When you install un-signed code into your editor, it might as well be malware - lvh
https://glyph.twistedmatrix.com/2015/11/editor-malware.html
======
jamiesonbecker
The point the author is making is that at least your third-party plugins
should be protected from tampering in transit.

Don't think this is only restricted to state-level actors. With even
commercial routers like Cisco and Juniper shipping with backdoors, and of
course personal routers with vulnerabilities all over the place, it's not an
especially heavy lift to take over a bunch of last-mile routers.

There are tons of these unprotected attack vectors, and the author is right
that we need to start rooting each one out. It all starts with your OS's keys
(or below your OS, in UEFI!)

This is probably even more of an issue for Linux distros that serve their
initial install CD's (or bittorrent links) over HTTP. That's an easy vector
for a third party to slip in a replacement CD/DVD and checksums, or even just
slipstream in the changes without bothering with the checksums, since probably
most people never check the digests and if they did and they didn't match,
they'd just figure it was a bad download and never suspect a thing.

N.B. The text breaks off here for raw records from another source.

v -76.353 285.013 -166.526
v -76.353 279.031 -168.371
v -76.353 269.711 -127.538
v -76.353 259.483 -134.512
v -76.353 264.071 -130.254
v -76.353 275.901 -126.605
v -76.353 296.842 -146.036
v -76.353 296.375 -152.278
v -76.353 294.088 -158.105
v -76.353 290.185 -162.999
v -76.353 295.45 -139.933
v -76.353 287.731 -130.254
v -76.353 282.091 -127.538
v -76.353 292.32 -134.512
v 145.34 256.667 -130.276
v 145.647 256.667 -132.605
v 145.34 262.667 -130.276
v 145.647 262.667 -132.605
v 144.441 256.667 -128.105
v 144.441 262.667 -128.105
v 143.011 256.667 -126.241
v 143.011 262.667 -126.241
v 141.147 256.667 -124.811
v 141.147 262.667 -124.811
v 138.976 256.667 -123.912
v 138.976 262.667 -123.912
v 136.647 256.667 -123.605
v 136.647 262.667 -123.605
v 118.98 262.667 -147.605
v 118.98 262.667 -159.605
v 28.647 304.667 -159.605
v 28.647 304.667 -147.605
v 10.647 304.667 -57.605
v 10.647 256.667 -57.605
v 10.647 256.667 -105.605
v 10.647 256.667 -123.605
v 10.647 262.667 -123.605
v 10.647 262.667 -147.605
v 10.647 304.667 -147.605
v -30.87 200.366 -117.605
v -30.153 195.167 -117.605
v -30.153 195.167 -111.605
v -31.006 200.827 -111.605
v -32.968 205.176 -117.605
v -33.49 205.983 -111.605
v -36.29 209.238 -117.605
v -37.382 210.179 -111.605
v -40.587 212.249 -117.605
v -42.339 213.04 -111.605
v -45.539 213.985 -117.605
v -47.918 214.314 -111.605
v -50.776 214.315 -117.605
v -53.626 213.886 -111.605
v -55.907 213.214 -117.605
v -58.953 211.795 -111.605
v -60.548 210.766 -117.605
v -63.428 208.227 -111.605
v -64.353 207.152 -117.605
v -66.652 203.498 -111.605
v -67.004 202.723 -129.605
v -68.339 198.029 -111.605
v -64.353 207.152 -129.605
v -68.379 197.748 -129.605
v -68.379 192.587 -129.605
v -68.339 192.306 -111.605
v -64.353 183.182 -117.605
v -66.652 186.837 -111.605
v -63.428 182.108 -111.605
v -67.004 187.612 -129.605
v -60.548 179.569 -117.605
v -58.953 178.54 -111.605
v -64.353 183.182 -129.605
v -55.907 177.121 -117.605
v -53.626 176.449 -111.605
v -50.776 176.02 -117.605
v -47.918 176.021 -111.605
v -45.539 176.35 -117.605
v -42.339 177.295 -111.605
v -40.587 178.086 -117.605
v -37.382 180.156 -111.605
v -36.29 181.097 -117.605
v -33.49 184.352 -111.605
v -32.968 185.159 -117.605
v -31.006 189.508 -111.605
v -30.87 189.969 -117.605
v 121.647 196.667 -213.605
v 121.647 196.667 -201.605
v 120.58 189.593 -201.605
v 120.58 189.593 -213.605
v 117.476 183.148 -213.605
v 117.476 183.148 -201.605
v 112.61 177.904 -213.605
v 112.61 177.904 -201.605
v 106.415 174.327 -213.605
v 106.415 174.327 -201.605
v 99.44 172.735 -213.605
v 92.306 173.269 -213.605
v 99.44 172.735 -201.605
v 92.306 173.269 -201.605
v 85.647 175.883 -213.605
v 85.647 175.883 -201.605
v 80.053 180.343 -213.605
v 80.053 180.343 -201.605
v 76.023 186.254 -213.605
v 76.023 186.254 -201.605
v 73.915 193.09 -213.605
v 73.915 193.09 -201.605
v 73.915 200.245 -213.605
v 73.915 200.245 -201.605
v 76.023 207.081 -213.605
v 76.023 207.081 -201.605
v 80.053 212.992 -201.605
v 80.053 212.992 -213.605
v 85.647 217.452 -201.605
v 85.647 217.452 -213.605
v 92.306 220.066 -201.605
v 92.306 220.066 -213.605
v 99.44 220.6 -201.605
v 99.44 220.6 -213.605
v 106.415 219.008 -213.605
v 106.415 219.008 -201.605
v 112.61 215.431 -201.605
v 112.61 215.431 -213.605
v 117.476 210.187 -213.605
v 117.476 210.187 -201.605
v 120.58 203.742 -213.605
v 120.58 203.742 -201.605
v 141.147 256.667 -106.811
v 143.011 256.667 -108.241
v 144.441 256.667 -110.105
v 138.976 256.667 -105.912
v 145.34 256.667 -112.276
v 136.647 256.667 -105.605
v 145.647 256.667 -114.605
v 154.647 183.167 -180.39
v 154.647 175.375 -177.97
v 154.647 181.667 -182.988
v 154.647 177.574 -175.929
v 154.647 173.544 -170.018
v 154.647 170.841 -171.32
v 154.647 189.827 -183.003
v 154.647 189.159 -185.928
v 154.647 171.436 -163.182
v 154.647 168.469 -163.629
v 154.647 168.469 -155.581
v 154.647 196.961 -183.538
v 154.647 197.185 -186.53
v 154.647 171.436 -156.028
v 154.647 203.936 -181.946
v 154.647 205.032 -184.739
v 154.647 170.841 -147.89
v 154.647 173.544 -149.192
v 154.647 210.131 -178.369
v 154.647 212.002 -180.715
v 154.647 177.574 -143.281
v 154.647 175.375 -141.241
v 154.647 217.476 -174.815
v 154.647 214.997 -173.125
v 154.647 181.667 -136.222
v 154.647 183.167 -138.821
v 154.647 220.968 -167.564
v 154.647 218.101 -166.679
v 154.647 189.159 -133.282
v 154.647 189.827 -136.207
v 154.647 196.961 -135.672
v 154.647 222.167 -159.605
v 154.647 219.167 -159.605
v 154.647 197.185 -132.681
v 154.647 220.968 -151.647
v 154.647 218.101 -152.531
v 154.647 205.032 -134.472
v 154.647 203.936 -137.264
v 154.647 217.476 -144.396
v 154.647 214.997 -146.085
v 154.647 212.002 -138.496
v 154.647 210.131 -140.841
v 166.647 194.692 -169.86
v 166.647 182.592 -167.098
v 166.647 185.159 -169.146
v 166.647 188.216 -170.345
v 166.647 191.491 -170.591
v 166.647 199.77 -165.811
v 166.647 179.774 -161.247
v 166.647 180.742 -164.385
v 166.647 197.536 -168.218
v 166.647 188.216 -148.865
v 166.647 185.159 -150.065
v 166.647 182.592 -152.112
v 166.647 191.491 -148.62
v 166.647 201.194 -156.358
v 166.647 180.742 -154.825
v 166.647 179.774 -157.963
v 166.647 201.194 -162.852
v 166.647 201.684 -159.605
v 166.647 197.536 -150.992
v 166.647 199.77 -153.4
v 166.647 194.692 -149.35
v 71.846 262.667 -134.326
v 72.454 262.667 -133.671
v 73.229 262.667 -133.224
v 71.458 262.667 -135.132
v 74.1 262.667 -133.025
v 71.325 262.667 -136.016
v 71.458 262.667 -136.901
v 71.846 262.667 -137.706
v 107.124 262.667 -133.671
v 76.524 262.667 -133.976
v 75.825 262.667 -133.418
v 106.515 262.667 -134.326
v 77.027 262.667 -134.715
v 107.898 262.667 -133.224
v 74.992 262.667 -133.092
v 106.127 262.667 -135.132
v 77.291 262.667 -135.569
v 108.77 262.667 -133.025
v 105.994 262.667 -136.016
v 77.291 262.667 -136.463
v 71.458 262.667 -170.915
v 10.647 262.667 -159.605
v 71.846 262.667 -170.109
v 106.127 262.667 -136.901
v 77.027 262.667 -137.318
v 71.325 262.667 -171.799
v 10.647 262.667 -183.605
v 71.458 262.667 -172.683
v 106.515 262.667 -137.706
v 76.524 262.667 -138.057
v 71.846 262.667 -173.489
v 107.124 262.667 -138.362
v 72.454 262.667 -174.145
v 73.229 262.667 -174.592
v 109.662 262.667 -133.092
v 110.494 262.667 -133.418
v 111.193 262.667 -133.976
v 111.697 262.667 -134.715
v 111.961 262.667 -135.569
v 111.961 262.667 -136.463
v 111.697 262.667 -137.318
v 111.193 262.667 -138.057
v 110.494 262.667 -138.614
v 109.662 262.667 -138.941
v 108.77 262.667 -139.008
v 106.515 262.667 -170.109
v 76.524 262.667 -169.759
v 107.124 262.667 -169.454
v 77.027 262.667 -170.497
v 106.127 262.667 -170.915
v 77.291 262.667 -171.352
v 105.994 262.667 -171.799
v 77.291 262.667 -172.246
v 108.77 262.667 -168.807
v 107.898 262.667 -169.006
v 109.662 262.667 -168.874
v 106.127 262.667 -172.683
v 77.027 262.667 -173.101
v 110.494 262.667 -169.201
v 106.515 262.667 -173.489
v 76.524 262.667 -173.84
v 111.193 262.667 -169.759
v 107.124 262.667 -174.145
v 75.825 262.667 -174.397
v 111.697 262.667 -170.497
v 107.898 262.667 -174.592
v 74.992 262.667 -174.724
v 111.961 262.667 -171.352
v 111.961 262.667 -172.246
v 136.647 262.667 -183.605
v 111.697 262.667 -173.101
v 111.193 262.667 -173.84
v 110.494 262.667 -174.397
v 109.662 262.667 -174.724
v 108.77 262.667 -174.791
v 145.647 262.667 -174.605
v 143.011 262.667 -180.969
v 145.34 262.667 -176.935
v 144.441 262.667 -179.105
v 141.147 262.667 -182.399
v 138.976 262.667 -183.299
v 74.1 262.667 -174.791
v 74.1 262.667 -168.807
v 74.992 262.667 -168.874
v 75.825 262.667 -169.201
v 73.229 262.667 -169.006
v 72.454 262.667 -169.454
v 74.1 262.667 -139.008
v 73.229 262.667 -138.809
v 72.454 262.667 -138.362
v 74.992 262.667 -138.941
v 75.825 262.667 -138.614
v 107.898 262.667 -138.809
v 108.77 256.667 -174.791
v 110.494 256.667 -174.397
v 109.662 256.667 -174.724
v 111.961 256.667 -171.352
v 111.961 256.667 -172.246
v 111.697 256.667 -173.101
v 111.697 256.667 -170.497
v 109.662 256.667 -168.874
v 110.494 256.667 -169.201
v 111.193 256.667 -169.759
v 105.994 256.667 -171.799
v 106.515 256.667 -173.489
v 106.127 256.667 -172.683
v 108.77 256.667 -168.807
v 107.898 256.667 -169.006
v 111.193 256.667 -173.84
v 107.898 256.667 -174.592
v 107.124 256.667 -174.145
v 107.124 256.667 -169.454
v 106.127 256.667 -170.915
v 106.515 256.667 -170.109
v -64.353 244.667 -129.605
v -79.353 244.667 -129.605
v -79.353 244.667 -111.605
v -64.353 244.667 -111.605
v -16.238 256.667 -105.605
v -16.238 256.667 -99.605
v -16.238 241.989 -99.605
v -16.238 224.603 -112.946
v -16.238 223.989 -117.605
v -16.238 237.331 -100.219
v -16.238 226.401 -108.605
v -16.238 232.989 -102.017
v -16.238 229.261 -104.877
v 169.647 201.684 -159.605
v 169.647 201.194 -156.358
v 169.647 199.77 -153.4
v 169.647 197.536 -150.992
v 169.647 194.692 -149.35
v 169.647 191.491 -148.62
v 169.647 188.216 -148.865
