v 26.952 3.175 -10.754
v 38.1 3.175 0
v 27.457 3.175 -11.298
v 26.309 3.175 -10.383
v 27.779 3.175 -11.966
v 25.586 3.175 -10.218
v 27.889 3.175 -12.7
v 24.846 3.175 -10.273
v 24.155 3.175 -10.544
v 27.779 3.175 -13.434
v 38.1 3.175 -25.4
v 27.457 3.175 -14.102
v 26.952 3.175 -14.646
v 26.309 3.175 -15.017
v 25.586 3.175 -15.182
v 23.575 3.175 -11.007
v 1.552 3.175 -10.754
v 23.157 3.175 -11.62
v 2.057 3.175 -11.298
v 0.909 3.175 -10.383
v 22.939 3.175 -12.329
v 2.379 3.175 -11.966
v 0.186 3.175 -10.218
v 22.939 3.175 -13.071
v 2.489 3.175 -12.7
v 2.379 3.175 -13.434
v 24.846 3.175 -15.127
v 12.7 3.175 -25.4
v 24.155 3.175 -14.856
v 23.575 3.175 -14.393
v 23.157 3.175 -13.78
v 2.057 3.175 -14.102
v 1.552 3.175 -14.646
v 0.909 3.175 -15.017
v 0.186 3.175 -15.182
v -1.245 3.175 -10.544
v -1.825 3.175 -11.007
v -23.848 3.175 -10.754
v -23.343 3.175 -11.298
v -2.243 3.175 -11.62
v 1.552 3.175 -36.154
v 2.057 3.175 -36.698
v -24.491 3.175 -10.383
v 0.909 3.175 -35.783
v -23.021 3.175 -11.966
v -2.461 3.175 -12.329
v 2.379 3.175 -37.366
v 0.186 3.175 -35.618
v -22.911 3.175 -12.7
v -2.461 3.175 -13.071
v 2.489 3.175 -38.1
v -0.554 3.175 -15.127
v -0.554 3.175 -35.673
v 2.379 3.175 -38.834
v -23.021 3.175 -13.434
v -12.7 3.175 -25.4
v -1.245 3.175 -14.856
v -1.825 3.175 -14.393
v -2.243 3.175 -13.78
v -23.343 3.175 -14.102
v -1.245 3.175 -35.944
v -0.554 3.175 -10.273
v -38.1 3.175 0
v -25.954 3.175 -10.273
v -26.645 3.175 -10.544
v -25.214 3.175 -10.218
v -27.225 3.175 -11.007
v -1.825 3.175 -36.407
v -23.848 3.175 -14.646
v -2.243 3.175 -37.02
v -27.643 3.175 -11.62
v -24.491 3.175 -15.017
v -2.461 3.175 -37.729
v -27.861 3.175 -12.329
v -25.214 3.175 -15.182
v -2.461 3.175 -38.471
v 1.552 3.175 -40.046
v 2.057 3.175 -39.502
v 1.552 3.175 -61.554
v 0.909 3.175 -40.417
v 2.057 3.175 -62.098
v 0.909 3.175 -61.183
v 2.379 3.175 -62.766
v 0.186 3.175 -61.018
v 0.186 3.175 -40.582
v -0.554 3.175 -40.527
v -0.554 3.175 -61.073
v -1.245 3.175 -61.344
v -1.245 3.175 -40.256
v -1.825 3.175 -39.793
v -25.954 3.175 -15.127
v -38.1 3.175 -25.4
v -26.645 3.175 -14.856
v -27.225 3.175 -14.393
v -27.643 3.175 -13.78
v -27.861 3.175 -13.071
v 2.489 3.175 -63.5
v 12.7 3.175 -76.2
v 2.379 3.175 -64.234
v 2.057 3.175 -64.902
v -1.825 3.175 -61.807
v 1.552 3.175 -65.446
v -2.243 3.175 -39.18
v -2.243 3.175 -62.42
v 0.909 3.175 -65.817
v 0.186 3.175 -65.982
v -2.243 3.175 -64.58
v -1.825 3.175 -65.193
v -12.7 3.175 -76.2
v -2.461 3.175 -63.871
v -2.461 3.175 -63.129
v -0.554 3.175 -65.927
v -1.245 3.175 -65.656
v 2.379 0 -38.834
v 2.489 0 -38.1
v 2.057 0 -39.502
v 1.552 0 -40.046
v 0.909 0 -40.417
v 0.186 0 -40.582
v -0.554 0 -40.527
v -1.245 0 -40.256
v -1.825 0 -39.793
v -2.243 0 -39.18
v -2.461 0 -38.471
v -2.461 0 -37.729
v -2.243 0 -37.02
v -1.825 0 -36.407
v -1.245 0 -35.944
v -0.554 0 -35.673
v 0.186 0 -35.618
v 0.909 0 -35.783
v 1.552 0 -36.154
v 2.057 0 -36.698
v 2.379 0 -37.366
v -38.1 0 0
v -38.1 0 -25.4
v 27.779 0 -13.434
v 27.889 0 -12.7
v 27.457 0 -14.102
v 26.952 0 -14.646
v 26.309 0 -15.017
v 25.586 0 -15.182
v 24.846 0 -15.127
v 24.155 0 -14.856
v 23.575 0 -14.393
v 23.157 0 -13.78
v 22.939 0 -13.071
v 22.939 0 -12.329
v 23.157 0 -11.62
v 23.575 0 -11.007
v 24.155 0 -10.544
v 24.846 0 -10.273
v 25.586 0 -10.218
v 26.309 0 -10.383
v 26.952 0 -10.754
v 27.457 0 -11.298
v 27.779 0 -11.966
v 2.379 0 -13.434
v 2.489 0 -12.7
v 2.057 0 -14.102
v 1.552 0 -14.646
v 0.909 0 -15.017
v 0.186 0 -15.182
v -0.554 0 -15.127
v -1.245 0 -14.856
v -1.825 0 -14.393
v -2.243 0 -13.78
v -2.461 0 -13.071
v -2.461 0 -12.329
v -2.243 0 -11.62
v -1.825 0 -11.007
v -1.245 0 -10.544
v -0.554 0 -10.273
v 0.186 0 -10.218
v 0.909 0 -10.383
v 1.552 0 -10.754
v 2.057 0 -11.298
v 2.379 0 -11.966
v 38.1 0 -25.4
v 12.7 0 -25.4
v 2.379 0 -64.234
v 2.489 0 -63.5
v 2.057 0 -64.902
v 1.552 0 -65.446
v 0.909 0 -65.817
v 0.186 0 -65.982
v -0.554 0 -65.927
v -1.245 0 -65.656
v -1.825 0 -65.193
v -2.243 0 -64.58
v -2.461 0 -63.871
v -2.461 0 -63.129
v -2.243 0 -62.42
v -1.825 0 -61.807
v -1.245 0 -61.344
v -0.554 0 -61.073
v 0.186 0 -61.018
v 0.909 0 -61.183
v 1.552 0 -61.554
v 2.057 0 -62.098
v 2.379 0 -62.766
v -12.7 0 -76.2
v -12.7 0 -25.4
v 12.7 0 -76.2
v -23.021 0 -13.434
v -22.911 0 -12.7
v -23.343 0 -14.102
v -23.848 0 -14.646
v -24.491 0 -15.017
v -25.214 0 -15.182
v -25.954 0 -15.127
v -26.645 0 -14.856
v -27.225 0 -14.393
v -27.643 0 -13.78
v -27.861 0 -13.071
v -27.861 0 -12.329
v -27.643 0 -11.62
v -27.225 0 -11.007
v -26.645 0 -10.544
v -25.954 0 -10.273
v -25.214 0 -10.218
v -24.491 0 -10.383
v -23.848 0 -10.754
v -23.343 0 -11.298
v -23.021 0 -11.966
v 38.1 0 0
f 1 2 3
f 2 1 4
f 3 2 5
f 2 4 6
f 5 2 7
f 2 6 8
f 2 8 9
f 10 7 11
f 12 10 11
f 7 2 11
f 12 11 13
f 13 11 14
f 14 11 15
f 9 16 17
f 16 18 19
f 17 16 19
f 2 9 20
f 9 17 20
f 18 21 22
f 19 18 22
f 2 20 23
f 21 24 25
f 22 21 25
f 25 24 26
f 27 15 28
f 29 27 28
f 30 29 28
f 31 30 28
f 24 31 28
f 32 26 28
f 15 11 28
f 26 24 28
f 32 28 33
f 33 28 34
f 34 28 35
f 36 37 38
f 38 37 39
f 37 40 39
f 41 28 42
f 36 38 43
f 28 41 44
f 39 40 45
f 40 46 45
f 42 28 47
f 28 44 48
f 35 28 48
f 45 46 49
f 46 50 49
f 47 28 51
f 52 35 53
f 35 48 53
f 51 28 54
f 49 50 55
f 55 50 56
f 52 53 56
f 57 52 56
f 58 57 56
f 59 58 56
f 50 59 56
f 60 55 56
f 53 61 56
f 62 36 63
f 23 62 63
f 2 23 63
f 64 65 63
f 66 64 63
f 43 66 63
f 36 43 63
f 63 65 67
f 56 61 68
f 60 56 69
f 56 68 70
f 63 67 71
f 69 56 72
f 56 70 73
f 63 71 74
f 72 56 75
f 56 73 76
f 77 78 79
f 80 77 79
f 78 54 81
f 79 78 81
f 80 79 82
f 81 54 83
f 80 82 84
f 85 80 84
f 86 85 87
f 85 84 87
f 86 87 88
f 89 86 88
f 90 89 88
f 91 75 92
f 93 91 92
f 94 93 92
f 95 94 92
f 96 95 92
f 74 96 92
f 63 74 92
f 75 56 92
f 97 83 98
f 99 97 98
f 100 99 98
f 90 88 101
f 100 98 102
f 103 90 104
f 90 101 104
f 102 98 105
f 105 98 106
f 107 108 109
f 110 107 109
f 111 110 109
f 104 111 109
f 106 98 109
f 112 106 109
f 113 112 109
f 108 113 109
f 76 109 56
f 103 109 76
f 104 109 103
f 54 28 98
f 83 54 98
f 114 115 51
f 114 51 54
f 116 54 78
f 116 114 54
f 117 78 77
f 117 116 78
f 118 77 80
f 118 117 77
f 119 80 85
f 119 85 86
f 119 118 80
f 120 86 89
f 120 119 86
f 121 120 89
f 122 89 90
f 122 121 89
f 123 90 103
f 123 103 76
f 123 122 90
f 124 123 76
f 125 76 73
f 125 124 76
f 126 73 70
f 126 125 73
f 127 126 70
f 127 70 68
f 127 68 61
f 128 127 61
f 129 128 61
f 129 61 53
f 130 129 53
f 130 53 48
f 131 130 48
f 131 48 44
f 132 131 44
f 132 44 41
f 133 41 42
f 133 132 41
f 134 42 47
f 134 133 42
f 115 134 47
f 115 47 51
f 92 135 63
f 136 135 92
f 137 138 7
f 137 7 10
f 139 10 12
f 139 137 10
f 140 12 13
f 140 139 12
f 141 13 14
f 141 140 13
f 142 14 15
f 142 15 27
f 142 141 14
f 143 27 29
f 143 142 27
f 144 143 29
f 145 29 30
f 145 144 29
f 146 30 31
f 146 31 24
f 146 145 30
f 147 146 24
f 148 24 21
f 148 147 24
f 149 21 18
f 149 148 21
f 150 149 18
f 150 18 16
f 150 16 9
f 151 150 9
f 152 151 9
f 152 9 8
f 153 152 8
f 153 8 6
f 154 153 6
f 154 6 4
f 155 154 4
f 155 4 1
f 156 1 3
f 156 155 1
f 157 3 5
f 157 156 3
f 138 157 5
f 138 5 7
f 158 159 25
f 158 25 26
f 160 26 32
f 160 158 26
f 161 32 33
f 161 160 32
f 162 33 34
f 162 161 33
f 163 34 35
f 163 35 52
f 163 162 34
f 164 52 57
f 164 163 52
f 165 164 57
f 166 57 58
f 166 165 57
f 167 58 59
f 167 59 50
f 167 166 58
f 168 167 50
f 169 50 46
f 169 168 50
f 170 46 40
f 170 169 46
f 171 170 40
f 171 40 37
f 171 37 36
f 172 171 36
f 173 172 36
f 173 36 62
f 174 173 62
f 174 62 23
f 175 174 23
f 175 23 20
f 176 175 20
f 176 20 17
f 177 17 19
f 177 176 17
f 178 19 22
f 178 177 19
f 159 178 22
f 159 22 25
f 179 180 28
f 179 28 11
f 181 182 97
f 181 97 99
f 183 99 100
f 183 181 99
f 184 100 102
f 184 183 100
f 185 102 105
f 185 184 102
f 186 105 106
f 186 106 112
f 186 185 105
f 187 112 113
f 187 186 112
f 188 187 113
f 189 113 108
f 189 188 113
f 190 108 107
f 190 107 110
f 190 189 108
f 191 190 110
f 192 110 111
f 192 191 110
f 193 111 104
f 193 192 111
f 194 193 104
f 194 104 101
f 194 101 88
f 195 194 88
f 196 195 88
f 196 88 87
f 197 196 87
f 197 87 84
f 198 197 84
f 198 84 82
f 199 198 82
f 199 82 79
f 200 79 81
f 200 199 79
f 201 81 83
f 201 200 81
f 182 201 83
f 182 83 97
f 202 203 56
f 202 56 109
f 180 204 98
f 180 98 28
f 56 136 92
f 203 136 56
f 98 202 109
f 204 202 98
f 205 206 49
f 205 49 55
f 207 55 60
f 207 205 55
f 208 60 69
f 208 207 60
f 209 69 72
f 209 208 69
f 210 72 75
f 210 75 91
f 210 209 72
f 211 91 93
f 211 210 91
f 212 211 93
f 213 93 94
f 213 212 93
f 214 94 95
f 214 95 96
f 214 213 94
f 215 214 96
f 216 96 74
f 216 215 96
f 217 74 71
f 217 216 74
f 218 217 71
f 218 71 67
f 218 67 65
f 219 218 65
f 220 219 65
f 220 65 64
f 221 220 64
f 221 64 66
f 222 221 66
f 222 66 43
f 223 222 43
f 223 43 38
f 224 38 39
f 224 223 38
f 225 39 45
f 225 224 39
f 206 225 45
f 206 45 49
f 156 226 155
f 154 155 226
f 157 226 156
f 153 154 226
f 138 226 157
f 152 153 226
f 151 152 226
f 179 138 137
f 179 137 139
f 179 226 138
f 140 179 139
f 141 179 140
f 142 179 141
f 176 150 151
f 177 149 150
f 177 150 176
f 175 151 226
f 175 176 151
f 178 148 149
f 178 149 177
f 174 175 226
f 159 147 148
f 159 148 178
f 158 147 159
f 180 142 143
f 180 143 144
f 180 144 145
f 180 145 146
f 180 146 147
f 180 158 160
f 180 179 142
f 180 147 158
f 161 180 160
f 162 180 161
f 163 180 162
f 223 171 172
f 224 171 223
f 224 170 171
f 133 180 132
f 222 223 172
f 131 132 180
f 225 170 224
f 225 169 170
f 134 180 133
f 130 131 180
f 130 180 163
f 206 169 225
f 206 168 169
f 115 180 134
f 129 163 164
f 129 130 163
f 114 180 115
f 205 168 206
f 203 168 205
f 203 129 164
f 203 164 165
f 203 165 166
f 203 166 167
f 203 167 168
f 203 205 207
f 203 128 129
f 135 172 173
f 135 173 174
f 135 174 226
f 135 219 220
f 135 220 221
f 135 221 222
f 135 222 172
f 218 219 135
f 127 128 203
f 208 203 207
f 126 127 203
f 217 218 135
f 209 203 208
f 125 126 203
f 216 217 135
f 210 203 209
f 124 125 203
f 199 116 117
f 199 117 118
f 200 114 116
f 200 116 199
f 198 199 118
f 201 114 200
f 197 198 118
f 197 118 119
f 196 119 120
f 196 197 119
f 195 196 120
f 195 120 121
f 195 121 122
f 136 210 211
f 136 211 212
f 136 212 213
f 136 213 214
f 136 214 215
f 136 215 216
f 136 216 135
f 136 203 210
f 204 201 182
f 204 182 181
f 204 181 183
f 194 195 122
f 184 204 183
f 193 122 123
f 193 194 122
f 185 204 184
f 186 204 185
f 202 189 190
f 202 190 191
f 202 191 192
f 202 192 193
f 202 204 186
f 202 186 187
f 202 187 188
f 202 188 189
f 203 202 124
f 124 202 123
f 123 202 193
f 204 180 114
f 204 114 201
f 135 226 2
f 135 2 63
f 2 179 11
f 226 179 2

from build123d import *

# Parameters (mm, degrees)
SKETCH1_R           = 2.4892
BOSS_EXTRUDE1_DEPTH = 3.175


with BuildPart() as part:
    # Sketch1 → Boss-Extrude1 (new body)
    with BuildSketch(Plane(origin=(0, 0, 0), x_dir=(1, 0, 0), z_dir=(0, 1, 0))):
        Polygon((38.1, 0), (-38.1, 0), (-38.1, 25.4), (-12.7, 25.4), (-12.7, 76.2), (12.7, 76.2), (12.7, 25.4), (38.1, 25.4), align=None)
        with Locations((0, 63.5)):
            Circle(SKETCH1_R, mode=Mode.SUBTRACT)
        with Locations((0, 38.1)):
            Circle(SKETCH1_R, mode=Mode.SUBTRACT)
        with Locations((-25.4, 12.7)):
            Circle(SKETCH1_R, mode=Mode.SUBTRACT)
        with Locations((25.4, 12.7)):
            Circle(SKETCH1_R, mode=Mode.SUBTRACT)
        with Locations((0, 12.7)):
            Circle(SKETCH1_R, mode=Mode.SUBTRACT)
    extrude(amount=BOSS_EXTRUDE1_DEPTH)


solid = part.part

When people say "oh, no one cares about me", it's simply not true. That's why
there's > million viruses out there. That's why ransomware exist. Oh, yes.
they care.

------
danso
Was hoping to see a mention of Sublime Text...because I most definitely
haven't taken the time to audit the packages I install, nor do I even really
have much insight to how the central package repository is maintained. I did a
couple of Google searches for "sublime text package malware"/security/sandbox
and didn't see articles specific to the topic.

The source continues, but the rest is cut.